What happens when you hire a real estate mogul to run a country?
Apparently, sometimes, he tries to purchase land.
Green, that is.
From the report:
In meetings, at dinners and in passing conversations, Mr. Trump has asked advisers whether the U.S. can acquire Greenland, listened with interest when they discuss its abundant resources and geopolitical importance, and, according to two of the people, has asked his White House counsel to look into the idea.
The icy mass between the North Atlantic and Arctic Oceans is currently owned by Denmark.
Greenland is self-ruled by its roughly 56,000 residents; as for foreign security policy, that’s handled by the Danes.

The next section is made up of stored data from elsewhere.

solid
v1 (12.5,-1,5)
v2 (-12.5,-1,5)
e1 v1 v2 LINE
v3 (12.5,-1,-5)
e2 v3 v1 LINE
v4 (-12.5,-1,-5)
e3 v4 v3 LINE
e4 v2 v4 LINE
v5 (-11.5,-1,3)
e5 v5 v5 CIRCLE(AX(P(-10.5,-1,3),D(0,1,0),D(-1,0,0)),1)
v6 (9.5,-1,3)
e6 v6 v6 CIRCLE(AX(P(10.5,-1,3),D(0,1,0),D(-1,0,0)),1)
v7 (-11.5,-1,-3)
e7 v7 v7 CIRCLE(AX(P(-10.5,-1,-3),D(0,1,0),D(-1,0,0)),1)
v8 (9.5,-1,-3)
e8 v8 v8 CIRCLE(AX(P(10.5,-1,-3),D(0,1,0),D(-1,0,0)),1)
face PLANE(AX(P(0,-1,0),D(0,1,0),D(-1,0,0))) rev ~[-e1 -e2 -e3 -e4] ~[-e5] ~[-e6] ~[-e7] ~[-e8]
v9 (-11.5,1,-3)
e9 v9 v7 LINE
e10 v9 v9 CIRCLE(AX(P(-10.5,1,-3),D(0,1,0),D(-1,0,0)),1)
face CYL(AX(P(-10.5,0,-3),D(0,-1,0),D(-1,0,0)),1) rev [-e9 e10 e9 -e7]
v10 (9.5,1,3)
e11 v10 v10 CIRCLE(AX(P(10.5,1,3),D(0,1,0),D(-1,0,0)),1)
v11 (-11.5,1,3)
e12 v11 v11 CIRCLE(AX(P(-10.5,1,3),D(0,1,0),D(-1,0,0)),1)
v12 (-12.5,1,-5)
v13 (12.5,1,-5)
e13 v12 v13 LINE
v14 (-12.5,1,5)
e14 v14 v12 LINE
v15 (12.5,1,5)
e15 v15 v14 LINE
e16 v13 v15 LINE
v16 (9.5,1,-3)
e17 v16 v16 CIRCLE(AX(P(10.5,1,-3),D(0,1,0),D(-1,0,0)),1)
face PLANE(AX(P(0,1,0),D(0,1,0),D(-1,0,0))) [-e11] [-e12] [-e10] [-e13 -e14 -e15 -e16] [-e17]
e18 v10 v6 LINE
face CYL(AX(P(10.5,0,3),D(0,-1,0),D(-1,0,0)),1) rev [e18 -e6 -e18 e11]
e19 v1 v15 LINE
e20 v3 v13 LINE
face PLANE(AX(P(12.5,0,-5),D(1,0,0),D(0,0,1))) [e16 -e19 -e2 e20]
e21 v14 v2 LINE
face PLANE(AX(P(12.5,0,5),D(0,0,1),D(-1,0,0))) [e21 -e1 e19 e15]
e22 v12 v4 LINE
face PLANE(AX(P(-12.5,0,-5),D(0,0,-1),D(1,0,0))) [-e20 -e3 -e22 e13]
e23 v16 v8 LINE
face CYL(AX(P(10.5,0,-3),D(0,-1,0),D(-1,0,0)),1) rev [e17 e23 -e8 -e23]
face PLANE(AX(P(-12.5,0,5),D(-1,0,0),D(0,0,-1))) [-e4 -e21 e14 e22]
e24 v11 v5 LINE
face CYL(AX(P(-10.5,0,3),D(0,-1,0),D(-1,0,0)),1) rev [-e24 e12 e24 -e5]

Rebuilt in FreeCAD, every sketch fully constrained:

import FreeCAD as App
import Part
import Sketcher

V = App.Vector

doc = App.newDocument("Part")
params = doc.addObject("Spreadsheet::Sheet", "Params")
for row, (alias, value) in enumerate([
    ("sketch1_diameter", "2 mm"),
    ("sketch1_width", "25 mm"),
    ("sketch1_height", "10 mm"),
    ("pad1_length", "2 mm"),
], start=1):
    params.set(f"A{row}", alias)
    params.set(f"B{row}", "=" + value)
    params.setAlias(f"B{row}", alias)

body = doc.addObject("PartDesign::Body", "Body")

# Sketch on XZ plane
sketch1 = body.newObject("Sketcher::SketchObject", "Sketch")
sketch1.AttachmentSupport = (doc.getObject("XZ_Plane"), [""])
sketch1.MapMode = "FlatFace"
sketch1.addGeometry(Part.LineSegment(V(-12.5, 5, 0), V(12.5, 5, 0)), False)
sketch1.addGeometry(Part.LineSegment(V(12.5, 5, 0), V(12.5, -5, 0)), False)
sketch1.addGeometry(Part.LineSegment(V(12.5, -5, 0), V(-12.5, -5, 0)), False)
sketch1.addGeometry(Part.LineSegment(V(-12.5, -5, 0), V(-12.5, 5, 0)), False)
sketch1.addGeometry(Part.Circle(V(10.5, -3, 0), V(0, 0, 1), 1), False)
sketch1.addGeometry(Part.Circle(V(-10.5, -3, 0), V(0, 0, 1), 1), False)
sketch1.addGeometry(Part.Circle(V(10.5, 3, 0), V(0, 0, 1), 1), False)
sketch1.addGeometry(Part.Circle(V(-10.5, 3, 0), V(0, 0, 1), 1), False)
sketch1.addConstraint(Sketcher.Constraint("Coincident", 0, 2, 1, 1))
sketch1.addConstraint(Sketcher.Constraint("Coincident", 1, 2, 2, 1))
sketch1.addConstraint(Sketcher.Constraint("Coincident", 2, 2, 3, 1))
sketch1.addConstraint(Sketcher.Constraint("Coincident", 3, 2, 0, 1))
sketch1.addConstraint(Sketcher.Constraint("Horizontal", 0))
sketch1.addConstraint(Sketcher.Constraint("Vertical", 1))
sketch1.addConstraint(Sketcher.Constraint("Horizontal", 2))
sketch1.addConstraint(Sketcher.Constraint("Vertical", 3))
sketch1.addConstraint(Sketcher.Constraint("Equal", 4, 5))
sketch1.addConstraint(Sketcher.Constraint("Equal", 5, 6))
sketch1.addConstraint(Sketcher.Constraint("Equal", 6, 7))
sketch1.addConstraint(Sketcher.Constraint("Symmetric", 5, 3, 6, 3, -1, 1))
sketch1.addConstraint(Sketcher.Constraint("Symmetric", 4, 3, 7, 3, -1, 1))
sketch1.addConstraint(Sketcher.Constraint("Symmetric", 0, 2, 2, 2, -1, 1))
sketch1.addConstraint(Sketcher.Constraint("Symmetric", 4, 3, 5, 3, -2))
sketch1.addConstraint(Sketcher.Constraint("Diameter", 4, 2.0))
sketch1.addConstraint(Sketcher.Constraint("DistanceX", 0, 1, 0, 2, 25.0))
sketch1.addConstraint(Sketcher.Constraint("DistanceY", 1, 2, 1, 1, 10.0))
sketch1.addConstraint(Sketcher.Constraint("DistanceX", 5, 3, 4, 3, 21.0))
sketch1.addConstraint(Sketcher.Constraint("DistanceY", 4, 3, 6, 3, 6.0))
sketch1.setExpression("Constraints[15]", "Params.sketch1_diameter")
sketch1.setExpression("Constraints[16]", "Params.sketch1_width")
sketch1.setExpression("Constraints[17]", "Params.sketch1_height")
pad1 = body.newObject("PartDesign::Pad", "Pad")
pad1.Profile = sketch1
pad1.setExpression("Length", "Params.pad1_length")
pad1.Midplane = True

doc.recompute()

But we’ve already got a major foot in the door:
A decades-old defense treaty between Denmark and the U.S. gives the U.S. military virtually unlimited rights in Greenland at America’s northernmost base, Thule Air Base. Located 750 miles north of the Arctic Circle, it includes a radar station that is part of a U.S. ballistic missile early warning system. The base is also used by the U.S. Air Force Space Command and the North American Aerospace Defense Command.

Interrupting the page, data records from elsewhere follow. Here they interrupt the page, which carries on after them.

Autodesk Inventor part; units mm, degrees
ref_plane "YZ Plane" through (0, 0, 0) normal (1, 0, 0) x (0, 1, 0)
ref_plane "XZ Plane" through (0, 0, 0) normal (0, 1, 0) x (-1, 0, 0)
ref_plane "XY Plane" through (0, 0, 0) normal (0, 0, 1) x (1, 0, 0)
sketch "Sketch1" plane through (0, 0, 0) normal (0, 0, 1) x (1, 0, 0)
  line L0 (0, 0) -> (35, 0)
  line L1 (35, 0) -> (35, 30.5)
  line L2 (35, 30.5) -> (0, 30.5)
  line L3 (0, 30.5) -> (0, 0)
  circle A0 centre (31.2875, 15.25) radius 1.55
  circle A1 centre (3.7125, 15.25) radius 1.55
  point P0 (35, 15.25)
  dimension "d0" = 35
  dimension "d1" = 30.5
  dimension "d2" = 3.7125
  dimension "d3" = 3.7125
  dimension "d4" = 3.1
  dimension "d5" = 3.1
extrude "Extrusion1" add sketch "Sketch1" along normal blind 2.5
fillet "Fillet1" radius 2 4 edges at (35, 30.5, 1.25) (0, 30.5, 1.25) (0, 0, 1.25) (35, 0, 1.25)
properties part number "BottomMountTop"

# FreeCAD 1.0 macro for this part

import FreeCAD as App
import Part
import Sketcher

V = App.Vector


def edges_at(feature, points):
    """Names of the edges that pass closest to the given points."""
    edges = feature.Shape.Edges
    near = lambda p: min(range(len(edges)), key=lambda i: edges[i].distToShape(Part.Vertex(*p))[0])
    return sorted({f"Edge{near(p) + 1}" for p in points})

doc = App.newDocument("Part")
body = doc.addObject("PartDesign::Body", "Body")

# Sketch on XY plane
sketch1 = doc.addObject("Sketcher::SketchObject", "Sketch")
body.addObject(sketch1)
sketch1.AttachmentSupport = (doc.XY_Plane, [""])
sketch1.MapMode = "FlatFace"
sketch1.addGeometry([
    Part.LineSegment(V(0, 30.5, 0), V(0, 0, 0)),  # 0
    Part.LineSegment(V(0, 0, 0), V(35, 0, 0)),  # 1
    Part.LineSegment(V(35, 0, 0), V(35, 30.5, 0)),  # 2
    Part.LineSegment(V(35, 30.5, 0), V(0, 30.5, 0)),  # 3
    Part.Circle(V(3.7125, 15.25, 0), V(0, 0, 1), 1.55),  # 4
    Part.Circle(V(31.2875, 15.25, 0), V(0, 0, 1), 1.55),  # 5
], False)
sketch1.addConstraint([
    Sketcher.Constraint("Coincident", 0, 2, 1, 1),
    Sketcher.Constraint("Coincident", 1, 2, 2, 1),
    Sketcher.Constraint("Coincident", 2, 2, 3, 1),
    Sketcher.Constraint("Coincident", 3, 2, 0, 1),
    Sketcher.Constraint("Vertical", 0),
    Sketcher.Constraint("Horizontal", 1),
    Sketcher.Constraint("Vertical", 2),
    Sketcher.Constraint("Horizontal", 3),
    Sketcher.Constraint("Coincident", 0, 2, -1, 1),
    Sketcher.Constraint("Equal", 4, 5),
    Sketcher.Constraint("Horizontal", 4, 3, 5, 3),
    Sketcher.Constraint("Diameter", 4, 3.1),
    Sketcher.Constraint("DistanceX", 1, 1, 1, 2, 35.0),
    Sketcher.Constraint("DistanceY", 0, 2, 0, 1, 30.5),
    Sketcher.Constraint("DistanceX", -1, 1, 4, 3, 3.7125),
    Sketcher.Constraint("DistanceX", 5, 3, 1, 2, 3.7125),
    Sketcher.Constraint("DistanceY", -1, 1, 4, 3, 15.25),
])
pad1 = doc.addObject("PartDesign::Pad", "Pad")
body.addObject(pad1)
pad1.Profile = sketch1
pad1.Length = 2.5
doc.recompute()

fillet = doc.addObject("PartDesign::Fillet", "Fillet")
body.addObject(fillet)
fillet.Base = (pad1, edges_at(pad1, [
    (35, 30.5, 1.25),
    (0, 30.5, 1.25),
    (0, 0, 1.25),
    (35, 0, 1.25),
]))
fillet.Radius = 2

doc.recompute()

And ownership would be a military victory:
U.S. officials view Greenland as important to American national-security interests. A decades-old defense treaty between Denmark and the U.S. gives the U.S. military virtually unlimited rights in Greenland at America’s northernmost base, Thule Air Base. Located 750 miles north of the Arctic Circle, it includes a radar station that is part of a U.S. ballistic missile early-warning system. The base is also used by the U.S. Air Force Space Command and the North American Aerospace Defense Command.
The U.S. has sought to derail Chinese efforts to gain an economic foothold in Greenland. The Pentagon worked successfully in 2018 to block China from financing three airports on the island.

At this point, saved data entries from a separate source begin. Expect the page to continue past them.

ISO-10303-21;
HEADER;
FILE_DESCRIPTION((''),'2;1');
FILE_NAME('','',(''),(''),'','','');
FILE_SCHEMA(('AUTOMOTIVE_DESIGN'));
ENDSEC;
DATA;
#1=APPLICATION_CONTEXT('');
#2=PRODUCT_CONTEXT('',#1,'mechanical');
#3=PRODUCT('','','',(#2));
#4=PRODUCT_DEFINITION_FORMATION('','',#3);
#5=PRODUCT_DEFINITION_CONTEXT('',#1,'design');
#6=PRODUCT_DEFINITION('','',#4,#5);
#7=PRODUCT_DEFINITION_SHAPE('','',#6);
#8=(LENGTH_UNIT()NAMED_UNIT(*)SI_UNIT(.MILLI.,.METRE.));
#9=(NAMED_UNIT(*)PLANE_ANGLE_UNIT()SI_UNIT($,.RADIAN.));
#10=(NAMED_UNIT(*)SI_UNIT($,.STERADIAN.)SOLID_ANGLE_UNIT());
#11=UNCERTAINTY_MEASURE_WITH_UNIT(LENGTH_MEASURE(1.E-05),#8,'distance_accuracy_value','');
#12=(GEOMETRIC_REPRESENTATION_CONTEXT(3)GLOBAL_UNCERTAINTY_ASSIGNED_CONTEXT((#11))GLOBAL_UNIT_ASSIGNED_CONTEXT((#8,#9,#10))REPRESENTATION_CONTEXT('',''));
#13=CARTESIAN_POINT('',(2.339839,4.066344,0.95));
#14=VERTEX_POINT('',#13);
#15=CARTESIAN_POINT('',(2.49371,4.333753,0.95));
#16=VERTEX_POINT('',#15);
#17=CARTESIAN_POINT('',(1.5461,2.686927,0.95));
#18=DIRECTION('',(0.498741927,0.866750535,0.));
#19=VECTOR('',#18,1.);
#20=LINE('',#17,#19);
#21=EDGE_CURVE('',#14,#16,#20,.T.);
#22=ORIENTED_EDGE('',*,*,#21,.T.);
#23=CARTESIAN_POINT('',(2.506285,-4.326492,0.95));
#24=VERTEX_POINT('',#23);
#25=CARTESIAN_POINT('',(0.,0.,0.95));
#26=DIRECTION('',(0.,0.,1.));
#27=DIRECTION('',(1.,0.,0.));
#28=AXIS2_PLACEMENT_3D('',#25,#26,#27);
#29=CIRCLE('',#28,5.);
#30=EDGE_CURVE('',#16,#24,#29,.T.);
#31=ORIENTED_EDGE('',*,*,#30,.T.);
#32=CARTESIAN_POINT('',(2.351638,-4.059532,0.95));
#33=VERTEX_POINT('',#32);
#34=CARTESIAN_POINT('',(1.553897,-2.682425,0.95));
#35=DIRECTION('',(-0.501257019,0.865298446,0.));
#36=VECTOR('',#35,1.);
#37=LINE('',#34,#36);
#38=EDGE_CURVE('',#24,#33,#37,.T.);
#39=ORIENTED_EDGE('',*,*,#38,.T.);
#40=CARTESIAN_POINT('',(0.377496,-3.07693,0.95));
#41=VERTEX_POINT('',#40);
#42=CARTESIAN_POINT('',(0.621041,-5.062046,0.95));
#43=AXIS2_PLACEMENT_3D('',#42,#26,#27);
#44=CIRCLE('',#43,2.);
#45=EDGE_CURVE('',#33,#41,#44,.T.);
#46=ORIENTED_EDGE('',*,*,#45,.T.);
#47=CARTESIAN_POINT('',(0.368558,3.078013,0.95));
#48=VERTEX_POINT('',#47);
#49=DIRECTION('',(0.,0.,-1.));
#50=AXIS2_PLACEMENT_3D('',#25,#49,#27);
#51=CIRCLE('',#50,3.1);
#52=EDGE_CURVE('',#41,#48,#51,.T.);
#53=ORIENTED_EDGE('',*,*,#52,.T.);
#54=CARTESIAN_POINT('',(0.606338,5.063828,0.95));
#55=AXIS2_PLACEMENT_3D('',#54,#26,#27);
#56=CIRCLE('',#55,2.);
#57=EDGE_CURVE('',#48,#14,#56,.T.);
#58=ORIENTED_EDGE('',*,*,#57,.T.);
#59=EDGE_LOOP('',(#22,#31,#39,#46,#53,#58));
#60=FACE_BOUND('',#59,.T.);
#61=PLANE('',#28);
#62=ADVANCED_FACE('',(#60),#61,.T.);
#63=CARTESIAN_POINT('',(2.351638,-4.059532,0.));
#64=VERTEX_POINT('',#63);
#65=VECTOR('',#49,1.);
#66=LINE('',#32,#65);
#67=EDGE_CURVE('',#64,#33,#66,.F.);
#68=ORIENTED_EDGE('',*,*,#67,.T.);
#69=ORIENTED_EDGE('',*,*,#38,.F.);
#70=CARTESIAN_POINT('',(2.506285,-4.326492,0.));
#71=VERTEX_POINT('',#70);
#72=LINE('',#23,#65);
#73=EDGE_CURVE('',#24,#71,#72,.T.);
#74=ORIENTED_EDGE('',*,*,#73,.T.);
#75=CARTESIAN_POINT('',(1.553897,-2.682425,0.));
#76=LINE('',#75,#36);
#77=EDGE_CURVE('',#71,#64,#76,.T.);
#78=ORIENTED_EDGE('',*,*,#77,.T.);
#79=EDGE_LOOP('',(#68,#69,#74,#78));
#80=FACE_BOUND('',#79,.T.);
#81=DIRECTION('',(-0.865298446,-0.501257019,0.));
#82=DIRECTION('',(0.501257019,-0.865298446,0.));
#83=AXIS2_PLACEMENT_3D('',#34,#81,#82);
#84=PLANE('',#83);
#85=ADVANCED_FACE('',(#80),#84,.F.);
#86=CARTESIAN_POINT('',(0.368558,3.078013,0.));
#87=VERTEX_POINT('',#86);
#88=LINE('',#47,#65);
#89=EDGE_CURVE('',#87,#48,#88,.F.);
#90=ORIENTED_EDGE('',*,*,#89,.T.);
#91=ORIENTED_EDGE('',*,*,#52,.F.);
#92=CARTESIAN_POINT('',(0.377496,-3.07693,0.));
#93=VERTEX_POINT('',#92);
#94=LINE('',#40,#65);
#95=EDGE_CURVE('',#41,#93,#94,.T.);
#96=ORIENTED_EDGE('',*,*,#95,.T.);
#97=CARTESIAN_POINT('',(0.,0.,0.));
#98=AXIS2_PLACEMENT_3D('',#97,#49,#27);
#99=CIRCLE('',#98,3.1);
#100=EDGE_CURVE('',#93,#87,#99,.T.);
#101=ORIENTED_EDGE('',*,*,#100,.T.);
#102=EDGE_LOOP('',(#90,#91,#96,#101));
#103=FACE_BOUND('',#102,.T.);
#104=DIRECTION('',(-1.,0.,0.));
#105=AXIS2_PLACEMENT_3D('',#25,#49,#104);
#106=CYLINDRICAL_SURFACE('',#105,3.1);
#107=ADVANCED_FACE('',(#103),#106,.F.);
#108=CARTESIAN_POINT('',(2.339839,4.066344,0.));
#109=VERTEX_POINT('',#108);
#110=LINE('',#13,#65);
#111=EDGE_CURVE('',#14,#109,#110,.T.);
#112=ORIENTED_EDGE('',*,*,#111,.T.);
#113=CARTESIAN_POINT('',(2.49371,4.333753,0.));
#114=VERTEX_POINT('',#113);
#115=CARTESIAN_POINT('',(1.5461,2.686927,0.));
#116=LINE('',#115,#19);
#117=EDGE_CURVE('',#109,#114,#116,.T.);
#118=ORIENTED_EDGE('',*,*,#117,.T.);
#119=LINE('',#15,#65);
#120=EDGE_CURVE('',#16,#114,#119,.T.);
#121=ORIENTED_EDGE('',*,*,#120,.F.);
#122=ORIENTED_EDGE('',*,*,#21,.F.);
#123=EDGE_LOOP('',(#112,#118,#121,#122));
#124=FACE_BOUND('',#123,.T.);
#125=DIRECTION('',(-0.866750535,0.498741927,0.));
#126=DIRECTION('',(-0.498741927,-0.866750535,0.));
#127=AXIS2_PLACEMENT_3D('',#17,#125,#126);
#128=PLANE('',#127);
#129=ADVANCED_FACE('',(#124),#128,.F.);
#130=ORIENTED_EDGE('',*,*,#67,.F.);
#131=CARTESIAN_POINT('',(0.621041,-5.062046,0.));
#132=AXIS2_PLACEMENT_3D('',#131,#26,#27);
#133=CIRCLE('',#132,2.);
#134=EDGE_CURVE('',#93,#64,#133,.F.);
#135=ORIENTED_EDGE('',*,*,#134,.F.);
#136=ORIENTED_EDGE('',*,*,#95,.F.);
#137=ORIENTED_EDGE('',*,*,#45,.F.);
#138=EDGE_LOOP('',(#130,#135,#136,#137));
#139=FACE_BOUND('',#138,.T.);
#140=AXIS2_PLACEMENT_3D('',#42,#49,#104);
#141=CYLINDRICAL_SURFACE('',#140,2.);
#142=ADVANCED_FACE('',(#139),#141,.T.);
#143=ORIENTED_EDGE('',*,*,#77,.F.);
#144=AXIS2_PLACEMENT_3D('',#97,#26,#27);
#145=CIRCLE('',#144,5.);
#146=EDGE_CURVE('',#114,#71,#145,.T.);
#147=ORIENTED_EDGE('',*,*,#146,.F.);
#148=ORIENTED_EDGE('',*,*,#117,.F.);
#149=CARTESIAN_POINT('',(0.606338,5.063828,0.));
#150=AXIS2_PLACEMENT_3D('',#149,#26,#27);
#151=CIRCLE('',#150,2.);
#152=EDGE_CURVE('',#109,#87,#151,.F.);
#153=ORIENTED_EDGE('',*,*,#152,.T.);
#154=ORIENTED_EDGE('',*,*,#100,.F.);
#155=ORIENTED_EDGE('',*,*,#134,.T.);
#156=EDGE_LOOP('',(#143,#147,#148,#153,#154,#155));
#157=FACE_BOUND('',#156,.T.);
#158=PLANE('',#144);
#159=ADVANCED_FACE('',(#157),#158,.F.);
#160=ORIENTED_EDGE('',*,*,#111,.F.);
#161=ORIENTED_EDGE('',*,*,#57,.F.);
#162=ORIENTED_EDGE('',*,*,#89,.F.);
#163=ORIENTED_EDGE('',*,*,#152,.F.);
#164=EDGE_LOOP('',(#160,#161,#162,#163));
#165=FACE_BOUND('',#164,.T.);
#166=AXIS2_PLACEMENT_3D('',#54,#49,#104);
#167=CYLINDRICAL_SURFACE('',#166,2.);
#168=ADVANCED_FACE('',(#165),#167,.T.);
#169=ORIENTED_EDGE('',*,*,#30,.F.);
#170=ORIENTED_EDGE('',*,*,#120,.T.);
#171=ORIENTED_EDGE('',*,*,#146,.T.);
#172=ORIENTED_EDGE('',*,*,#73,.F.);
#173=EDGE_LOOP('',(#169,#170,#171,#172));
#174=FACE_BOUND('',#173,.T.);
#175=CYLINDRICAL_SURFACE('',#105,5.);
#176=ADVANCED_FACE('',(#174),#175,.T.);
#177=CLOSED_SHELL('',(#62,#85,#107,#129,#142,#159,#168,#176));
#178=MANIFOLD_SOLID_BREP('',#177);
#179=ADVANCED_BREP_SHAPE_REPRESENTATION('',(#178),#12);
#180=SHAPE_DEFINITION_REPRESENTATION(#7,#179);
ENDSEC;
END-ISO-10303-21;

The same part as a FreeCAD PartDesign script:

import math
import FreeCAD as App
import Part
import Sketcher
from FreeCAD import Vector


def edges_at(feature, points):
    """Names of the edges that pass closest to the given points."""
    edges = feature.Shape.Edges
    near = lambda p: min(range(len(edges)), key=lambda i: edges[i].distToShape(Part.Vertex(*p))[0])
    return sorted({f"Edge{near(p) + 1}" for p in points})

doc = App.newDocument("Part")
body = doc.addObject("PartDesign::Body", "Body")

# Sketch on XY plane
sketch1 = body.newObject("Sketcher::SketchObject", "Sketch")
sketch1.AttachmentSupport = (doc.getObject("XY_Plane"), [""])
sketch1.MapMode = "FlatFace"
sketch1.addGeometry([
    Part.LineSegment(Vector(1.5, 2.7, 0), Vector(2.5, 4.3, 0)),
    Part.ArcOfCircle(Part.Circle(Vector(0, 0, 0), Vector(0, 0, 1), 5), math.radians(60), math.radians(300)),
    Part.LineSegment(Vector(2.5, -4.3, 0), Vector(1.6, -2.7, 0)),
    Part.ArcOfCircle(Part.Circle(Vector(0, 0, 0), Vector(0, 0, 1), 3.1), math.radians(60), math.radians(300)),
], False)
sketch1.addConstraint([
    Sketcher.Constraint("Coincident", 0, 2, 1, 1),
    Sketcher.Constraint("Coincident", 1, 2, 2, 1),
    Sketcher.Constraint("Coincident", 2, 2, 3, 2),
    Sketcher.Constraint("Coincident", 3, 1, 0, 1),
    Sketcher.Constraint("Coincident", 1, 3, -1, 1),
    Sketcher.Constraint("Coincident", 3, 3, -1, 1),
    Sketcher.Constraint("Radius", 1, 5.0),
    Sketcher.Constraint("Radius", 3, 3.1),
    Sketcher.Constraint("DistanceX", -1, 1, 3, 1, 1.5461),
    Sketcher.Constraint("DistanceX", -1, 1, 0, 2, 2.49371),
    Sketcher.Constraint("DistanceX", 2, 2, 1, 2, 0.952388),
    Sketcher.Constraint("DistanceY", 2, 2, 3, 1, 5.369352),
])
pad1 = body.newObject("PartDesign::Pad", "Pad")
pad1.Profile = sketch1
pad1.Length = 0.95
doc.recompute()

fillet = body.newObject("PartDesign::Fillet", "Fillet")
fillet.Base = (pad1, edges_at(pad1, [(1.546, 2.687, 0.475), (1.554, -2.682, 0.475)]))
fillet.Radius = 2

doc.recompute()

In September, the President will travel to Denmark’s capital, Copenhagen.
Trump’s idea isn’t new: In 1946, the Truman administration offered Denmark a cool $100 million for the 836,000 hunk o’ frigid dirt. In 1867, under Andrew Johnson, the State Department considered snagging it.
But Kenneth Mortensen — a real-estate agent in the island’s capital of Nuuk, told the Journal that buying the massive island’s a tricky proposition:
“You can never own land here. In Greenland, you get a right to use the land where you want to build a house, but you can’t buy. Of course, buying Greenland is a different issue altogether; I’m not sure about that”
If the White House acquires the land of the Northern Lights, I have a suggestion: Can we make a deal with Iceland to swap names? The vikings may have been great at pillaging, but their ability to call something as it was seems to have been lacking somethin’ fierce. Maybe they named Antifa, too.